§ DATASET:
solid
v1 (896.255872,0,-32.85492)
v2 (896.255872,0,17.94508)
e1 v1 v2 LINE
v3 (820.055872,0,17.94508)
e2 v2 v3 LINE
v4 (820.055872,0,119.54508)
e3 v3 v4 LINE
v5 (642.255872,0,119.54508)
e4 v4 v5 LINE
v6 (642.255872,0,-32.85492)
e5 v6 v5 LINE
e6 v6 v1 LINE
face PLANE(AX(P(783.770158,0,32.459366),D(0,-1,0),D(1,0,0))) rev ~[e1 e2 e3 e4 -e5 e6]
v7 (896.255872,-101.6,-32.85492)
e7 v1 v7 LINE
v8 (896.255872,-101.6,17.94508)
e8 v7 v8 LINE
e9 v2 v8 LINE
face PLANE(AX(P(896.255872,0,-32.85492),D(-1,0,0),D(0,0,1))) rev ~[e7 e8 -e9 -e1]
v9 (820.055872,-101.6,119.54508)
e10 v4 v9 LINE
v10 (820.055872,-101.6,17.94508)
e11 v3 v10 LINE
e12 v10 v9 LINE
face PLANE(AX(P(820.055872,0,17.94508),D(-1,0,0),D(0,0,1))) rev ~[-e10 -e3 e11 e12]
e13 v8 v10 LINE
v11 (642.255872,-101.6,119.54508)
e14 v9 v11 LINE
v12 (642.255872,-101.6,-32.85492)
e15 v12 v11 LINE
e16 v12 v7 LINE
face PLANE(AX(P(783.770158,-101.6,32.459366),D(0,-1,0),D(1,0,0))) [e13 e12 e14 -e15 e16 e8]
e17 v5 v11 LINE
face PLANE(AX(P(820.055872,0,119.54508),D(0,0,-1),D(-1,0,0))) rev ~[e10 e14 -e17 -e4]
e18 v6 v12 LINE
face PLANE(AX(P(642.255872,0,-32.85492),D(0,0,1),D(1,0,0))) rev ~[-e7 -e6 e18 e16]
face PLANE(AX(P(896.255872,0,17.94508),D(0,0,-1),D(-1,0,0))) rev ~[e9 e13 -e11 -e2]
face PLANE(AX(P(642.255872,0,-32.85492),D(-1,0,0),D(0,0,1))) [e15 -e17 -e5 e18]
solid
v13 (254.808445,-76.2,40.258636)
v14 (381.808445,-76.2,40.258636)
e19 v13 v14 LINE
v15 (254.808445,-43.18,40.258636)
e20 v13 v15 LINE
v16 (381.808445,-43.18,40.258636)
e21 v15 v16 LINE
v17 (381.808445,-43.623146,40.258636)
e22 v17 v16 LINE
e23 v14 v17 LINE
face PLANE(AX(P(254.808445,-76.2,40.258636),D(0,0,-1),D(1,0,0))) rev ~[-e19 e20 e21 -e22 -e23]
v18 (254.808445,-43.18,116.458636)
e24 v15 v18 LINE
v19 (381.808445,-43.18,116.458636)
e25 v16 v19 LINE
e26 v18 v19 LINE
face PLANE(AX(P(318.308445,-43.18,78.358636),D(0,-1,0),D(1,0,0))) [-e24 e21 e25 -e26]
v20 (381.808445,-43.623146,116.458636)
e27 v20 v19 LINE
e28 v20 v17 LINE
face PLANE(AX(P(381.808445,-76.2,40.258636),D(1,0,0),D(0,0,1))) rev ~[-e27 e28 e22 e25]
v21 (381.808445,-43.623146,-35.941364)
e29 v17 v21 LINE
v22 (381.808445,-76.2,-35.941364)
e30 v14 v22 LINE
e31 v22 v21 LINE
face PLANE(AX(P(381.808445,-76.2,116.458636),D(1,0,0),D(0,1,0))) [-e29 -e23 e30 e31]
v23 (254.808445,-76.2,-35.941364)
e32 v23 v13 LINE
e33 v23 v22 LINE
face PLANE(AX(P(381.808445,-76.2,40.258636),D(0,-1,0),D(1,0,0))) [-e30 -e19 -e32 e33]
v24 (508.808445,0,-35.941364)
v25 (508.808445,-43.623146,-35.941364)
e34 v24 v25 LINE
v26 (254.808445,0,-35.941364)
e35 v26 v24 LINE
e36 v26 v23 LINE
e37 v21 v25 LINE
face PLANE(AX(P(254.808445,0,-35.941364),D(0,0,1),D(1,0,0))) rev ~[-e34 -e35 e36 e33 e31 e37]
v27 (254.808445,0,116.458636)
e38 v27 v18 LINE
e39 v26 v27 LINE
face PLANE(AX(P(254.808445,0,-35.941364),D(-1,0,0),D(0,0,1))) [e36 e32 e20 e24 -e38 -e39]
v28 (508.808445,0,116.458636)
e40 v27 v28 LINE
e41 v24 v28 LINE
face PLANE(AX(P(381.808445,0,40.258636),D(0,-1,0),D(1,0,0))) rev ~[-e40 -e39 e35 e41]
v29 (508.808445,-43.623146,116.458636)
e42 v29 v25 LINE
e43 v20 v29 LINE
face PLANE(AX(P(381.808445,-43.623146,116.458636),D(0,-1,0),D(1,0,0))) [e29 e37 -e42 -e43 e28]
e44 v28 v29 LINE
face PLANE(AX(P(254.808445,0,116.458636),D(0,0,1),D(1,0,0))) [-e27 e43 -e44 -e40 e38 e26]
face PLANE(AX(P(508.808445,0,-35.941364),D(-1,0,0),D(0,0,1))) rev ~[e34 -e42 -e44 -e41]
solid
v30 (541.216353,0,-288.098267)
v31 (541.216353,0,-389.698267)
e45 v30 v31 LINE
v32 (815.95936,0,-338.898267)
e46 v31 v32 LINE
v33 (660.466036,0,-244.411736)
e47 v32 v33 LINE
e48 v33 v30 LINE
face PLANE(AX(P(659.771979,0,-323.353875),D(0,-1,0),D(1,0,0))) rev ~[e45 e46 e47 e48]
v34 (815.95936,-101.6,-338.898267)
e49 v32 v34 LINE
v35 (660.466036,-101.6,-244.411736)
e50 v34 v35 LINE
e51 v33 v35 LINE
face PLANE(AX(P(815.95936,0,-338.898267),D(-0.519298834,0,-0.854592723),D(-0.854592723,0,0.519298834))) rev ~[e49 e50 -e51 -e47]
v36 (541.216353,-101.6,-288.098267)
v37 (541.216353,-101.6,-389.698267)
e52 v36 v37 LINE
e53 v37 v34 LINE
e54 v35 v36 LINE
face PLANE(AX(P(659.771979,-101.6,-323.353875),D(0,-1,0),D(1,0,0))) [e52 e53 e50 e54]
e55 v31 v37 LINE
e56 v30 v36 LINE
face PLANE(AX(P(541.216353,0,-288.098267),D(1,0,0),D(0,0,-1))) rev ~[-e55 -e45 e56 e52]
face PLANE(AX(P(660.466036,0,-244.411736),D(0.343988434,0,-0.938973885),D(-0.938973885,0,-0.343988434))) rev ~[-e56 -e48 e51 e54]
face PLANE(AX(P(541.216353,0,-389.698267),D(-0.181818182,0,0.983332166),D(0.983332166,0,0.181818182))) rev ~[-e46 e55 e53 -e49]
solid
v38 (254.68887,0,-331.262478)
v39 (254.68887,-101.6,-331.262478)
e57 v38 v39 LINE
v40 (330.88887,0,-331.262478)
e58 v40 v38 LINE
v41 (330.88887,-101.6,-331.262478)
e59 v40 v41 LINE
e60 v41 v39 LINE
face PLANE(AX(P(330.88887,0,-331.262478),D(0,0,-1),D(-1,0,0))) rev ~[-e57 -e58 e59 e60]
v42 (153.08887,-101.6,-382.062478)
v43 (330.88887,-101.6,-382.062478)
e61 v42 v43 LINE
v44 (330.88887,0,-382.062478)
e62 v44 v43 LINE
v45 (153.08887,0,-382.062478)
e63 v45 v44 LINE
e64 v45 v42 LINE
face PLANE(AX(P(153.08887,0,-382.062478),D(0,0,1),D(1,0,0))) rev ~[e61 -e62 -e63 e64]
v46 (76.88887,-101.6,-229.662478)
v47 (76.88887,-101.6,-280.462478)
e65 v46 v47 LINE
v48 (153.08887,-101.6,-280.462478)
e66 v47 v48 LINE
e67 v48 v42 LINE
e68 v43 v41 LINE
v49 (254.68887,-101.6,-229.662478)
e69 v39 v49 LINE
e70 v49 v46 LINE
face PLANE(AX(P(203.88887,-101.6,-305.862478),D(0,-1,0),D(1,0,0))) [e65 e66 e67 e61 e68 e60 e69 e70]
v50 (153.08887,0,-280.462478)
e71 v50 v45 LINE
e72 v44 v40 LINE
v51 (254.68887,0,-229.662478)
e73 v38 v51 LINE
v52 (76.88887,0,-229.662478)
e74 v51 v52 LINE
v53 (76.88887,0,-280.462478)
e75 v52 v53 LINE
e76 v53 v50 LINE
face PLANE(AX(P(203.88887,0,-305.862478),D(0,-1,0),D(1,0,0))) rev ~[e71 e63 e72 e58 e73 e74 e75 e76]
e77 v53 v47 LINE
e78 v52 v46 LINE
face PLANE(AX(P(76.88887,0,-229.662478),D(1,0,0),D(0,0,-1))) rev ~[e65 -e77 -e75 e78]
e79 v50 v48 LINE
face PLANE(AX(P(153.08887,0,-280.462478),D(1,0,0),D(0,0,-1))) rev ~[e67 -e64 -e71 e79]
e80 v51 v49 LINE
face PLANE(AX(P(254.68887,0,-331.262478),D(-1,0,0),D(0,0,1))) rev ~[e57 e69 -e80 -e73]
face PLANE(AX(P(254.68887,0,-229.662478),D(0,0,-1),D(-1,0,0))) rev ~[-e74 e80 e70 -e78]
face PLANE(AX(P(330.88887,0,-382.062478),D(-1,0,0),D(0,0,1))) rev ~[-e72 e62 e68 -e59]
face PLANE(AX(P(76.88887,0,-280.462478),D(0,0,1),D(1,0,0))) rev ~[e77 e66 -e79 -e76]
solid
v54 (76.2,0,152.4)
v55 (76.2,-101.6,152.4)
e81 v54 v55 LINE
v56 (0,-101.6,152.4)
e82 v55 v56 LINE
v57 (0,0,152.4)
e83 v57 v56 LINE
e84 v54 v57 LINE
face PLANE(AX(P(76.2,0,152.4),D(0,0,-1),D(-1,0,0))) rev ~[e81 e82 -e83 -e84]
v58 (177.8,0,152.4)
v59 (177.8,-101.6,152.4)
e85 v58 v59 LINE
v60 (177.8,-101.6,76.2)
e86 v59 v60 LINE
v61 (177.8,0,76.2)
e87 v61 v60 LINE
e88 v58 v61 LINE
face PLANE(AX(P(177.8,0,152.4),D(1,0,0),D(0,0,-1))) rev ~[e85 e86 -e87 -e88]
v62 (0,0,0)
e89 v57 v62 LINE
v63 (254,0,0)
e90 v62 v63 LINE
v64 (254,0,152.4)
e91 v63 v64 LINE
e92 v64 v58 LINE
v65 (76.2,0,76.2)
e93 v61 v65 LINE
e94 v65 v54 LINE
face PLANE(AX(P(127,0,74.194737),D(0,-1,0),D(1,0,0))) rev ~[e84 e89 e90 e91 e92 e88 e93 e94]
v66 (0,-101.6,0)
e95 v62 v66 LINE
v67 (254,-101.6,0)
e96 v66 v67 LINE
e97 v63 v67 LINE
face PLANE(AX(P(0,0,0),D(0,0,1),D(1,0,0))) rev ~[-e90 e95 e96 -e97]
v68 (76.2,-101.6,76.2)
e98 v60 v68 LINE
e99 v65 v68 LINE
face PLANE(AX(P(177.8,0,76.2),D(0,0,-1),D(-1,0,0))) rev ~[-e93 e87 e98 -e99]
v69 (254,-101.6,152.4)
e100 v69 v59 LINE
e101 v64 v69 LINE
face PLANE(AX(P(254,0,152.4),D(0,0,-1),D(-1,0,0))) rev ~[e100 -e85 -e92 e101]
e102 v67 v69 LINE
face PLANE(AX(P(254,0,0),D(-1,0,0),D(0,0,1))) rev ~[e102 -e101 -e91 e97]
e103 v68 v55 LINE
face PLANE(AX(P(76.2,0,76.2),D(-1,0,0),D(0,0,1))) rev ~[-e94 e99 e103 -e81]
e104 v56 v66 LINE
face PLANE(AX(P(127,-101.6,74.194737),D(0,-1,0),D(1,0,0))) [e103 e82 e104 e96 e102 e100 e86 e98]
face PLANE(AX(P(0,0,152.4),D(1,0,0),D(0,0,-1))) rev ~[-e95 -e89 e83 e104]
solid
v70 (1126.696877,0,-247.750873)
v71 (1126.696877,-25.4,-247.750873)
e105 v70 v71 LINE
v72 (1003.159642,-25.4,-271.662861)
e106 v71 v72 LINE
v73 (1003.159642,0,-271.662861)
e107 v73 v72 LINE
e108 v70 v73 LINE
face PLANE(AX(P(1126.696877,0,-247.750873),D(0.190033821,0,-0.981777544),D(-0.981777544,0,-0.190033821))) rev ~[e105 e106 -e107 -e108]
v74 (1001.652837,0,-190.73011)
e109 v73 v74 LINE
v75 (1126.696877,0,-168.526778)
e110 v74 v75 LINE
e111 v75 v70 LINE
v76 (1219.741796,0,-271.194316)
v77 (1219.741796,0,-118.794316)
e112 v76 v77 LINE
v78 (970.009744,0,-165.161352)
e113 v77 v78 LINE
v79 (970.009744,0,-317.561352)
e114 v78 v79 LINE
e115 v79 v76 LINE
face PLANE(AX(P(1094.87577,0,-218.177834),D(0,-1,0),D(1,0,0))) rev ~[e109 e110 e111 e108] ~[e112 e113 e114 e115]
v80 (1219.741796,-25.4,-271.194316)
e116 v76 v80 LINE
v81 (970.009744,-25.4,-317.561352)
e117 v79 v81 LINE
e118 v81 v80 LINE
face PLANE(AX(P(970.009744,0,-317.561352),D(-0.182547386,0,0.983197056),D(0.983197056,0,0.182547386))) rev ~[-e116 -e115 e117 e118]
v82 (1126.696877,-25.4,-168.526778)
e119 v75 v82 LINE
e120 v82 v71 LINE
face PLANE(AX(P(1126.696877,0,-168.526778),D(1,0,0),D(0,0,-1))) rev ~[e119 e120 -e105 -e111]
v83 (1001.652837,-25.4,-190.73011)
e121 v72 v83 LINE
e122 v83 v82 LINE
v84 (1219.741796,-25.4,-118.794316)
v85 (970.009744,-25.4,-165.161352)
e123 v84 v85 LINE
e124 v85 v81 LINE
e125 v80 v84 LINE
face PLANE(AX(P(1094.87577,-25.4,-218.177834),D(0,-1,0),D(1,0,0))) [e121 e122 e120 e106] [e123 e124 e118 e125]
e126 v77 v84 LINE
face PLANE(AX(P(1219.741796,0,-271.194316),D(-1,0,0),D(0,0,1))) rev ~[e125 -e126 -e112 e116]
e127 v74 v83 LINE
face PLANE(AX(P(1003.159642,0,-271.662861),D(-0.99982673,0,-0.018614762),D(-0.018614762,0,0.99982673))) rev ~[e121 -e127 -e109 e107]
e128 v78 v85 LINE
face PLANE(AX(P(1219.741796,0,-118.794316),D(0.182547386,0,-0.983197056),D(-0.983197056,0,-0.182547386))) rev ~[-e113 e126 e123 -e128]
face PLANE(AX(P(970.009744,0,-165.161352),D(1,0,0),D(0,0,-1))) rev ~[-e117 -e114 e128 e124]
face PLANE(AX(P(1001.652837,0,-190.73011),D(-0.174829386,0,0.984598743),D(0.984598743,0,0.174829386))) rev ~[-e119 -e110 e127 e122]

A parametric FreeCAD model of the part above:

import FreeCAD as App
import Part
import Sketcher
from FreeCAD import Vector
Q = App.Units.Quantity


def add_polygon(sketch, points):
    """Adds a closed chain of lines whose ends are joined by coincident constraints."""
    first, n = sketch.GeometryCount, len(points)
    for a, b in zip(points, points[1:] + points[:1]):
        sketch.addGeometry(Part.LineSegment(App.Vector(*a, 0), App.Vector(*b, 0)), False)
    for i in range(n):
        sketch.addConstraint(Sketcher.Constraint("Coincident", first + i, 2, first + (i + 1) % n, 1))

doc = App.newDocument("Part")
params = doc.addObject("Spreadsheet::Sheet", "Params")
for row, (alias, value) in enumerate([
    ("sketch1_width", "3 in"),
    ("sketch1_width2", "4 in"),
    ("sketch1_height", "6 in"),
    ("pad1_length", "4 in"),
    ("sketch2_width", "10 in"),
    ("sketch2_height", "6 in"),
    ("pad2_length", "3 in"),
    ("sketch3_width", "5 in"),
    ("pocket1_length", "6 in"),
    ("sketch4_width", "5 in"),
    ("sketch4_height", "3 in"),
    ("pocket2_length", "1.3 in"),
    ("sketch5_width", "7 in"),
    ("sketch5_width2", "10 in"),
    ("sketch5_height", "6 in"),
    ("sketch5_height2", "2 in"),
    ("pad3_length", "4 in"),
    ("sketch6_width", "7 in"),
    ("sketch6_width2", "3 in"),
    ("sketch6_height", "2 in"),
    ("sketch6_height2", "4 in"),
    ("pad4_length", "4 in"),
    ("sketch7_height", "4 in"),
    ("sketch7_length", "5 in"),
    ("sketch7_length2", "11 in"),
    ("pad5_length", "4 in"),
    ("sketch8_height", "6 in"),
    ("sketch8_length", "10 in"),
    ("sketch8_length2", "5 in"),
    ("pad6_length", "1 in"),
], start=1):
    params.set(f"A{row}", alias)
    params.set(f"B{row}", "=" + value)
    params.setAlias(f"B{row}", alias)

body = doc.addObject("PartDesign::Body", "Body")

§ WHAT TO PRODUCE: Your reply should hold only the lines from the first line of the records through the one with "e28 v20 v17 LINE", reproduced word for word.

§ EXERCISE OUTPUT:
solid
v1 (896.255872,0,-32.85492)
v2 (896.255872,0,17.94508)
e1 v1 v2 LINE
v3 (820.055872,0,17.94508)
e2 v2 v3 LINE
v4 (820.055872,0,119.54508)
e3 v3 v4 LINE
v5 (642.255872,0,119.54508)
e4 v4 v5 LINE
v6 (642.255872,0,-32.85492)
e5 v6 v5 LINE
e6 v6 v1 LINE
face PLANE(AX(P(783.770158,0,32.459366),D(0,-1,0),D(1,0,0))) rev ~[e1 e2 e3 e4 -e5 e6]
v7 (896.255872,-101.6,-32.85492)
e7 v1 v7 LINE
v8 (896.255872,-101.6,17.94508)
e8 v7 v8 LINE
e9 v2 v8 LINE
face PLANE(AX(P(896.255872,0,-32.85492),D(-1,0,0),D(0,0,1))) rev ~[e7 e8 -e9 -e1]
v9 (820.055872,-101.6,119.54508)
e10 v4 v9 LINE
v10 (820.055872,-101.6,17.94508)
e11 v3 v10 LINE
e12 v10 v9 LINE
face PLANE(AX(P(820.055872,0,17.94508),D(-1,0,0),D(0,0,1))) rev ~[-e10 -e3 e11 e12]
e13 v8 v10 LINE
v11 (642.255872,-101.6,119.54508)
e14 v9 v11 LINE
v12 (642.255872,-101.6,-32.85492)
e15 v12 v11 LINE
e16 v12 v7 LINE
face PLANE(AX(P(783.770158,-101.6,32.459366),D(0,-1,0),D(1,0,0))) [e13 e12 e14 -e15 e16 e8]
e17 v5 v11 LINE
face PLANE(AX(P(820.055872,0,119.54508),D(0,0,-1),D(-1,0,0))) rev ~[e10 e14 -e17 -e4]
e18 v6 v12 LINE
face PLANE(AX(P(642.255872,0,-32.85492),D(0,0,1),D(1,0,0))) rev ~[-e7 -e6 e18 e16]
face PLANE(AX(P(896.255872,0,17.94508),D(0,0,-1),D(-1,0,0))) rev ~[e9 e13 -e11 -e2]
face PLANE(AX(P(642.255872,0,-32.85492),D(-1,0,0),D(0,0,1))) [e15 -e17 -e5 e18]
solid
v13 (254.808445,-76.2,40.258636)
v14 (381.808445,-76.2,40.258636)
e19 v13 v14 LINE
v15 (254.808445,-43.18,40.258636)
e20 v13 v15 LINE
v16 (381.808445,-43.18,40.258636)
e21 v15 v16 LINE
v17 (381.808445,-43.623146,40.258636)
e22 v17 v16 LINE
e23 v14 v17 LINE
face PLANE(AX(P(254.808445,-76.2,40.258636),D(0,0,-1),D(1,0,0))) rev ~[-e19 e20 e21 -e22 -e23]
v18 (254.808445,-43.18,116.458636)
e24 v15 v18 LINE
v19 (381.808445,-43.18,116.458636)
e25 v16 v19 LINE
e26 v18 v19 LINE
face PLANE(AX(P(318.308445,-43.18,78.358636),D(0,-1,0),D(1,0,0))) [-e24 e21 e25 -e26]
v20 (381.808445,-43.623146,116.458636)
e27 v20 v19 LINE
e28 v20 v17 LINE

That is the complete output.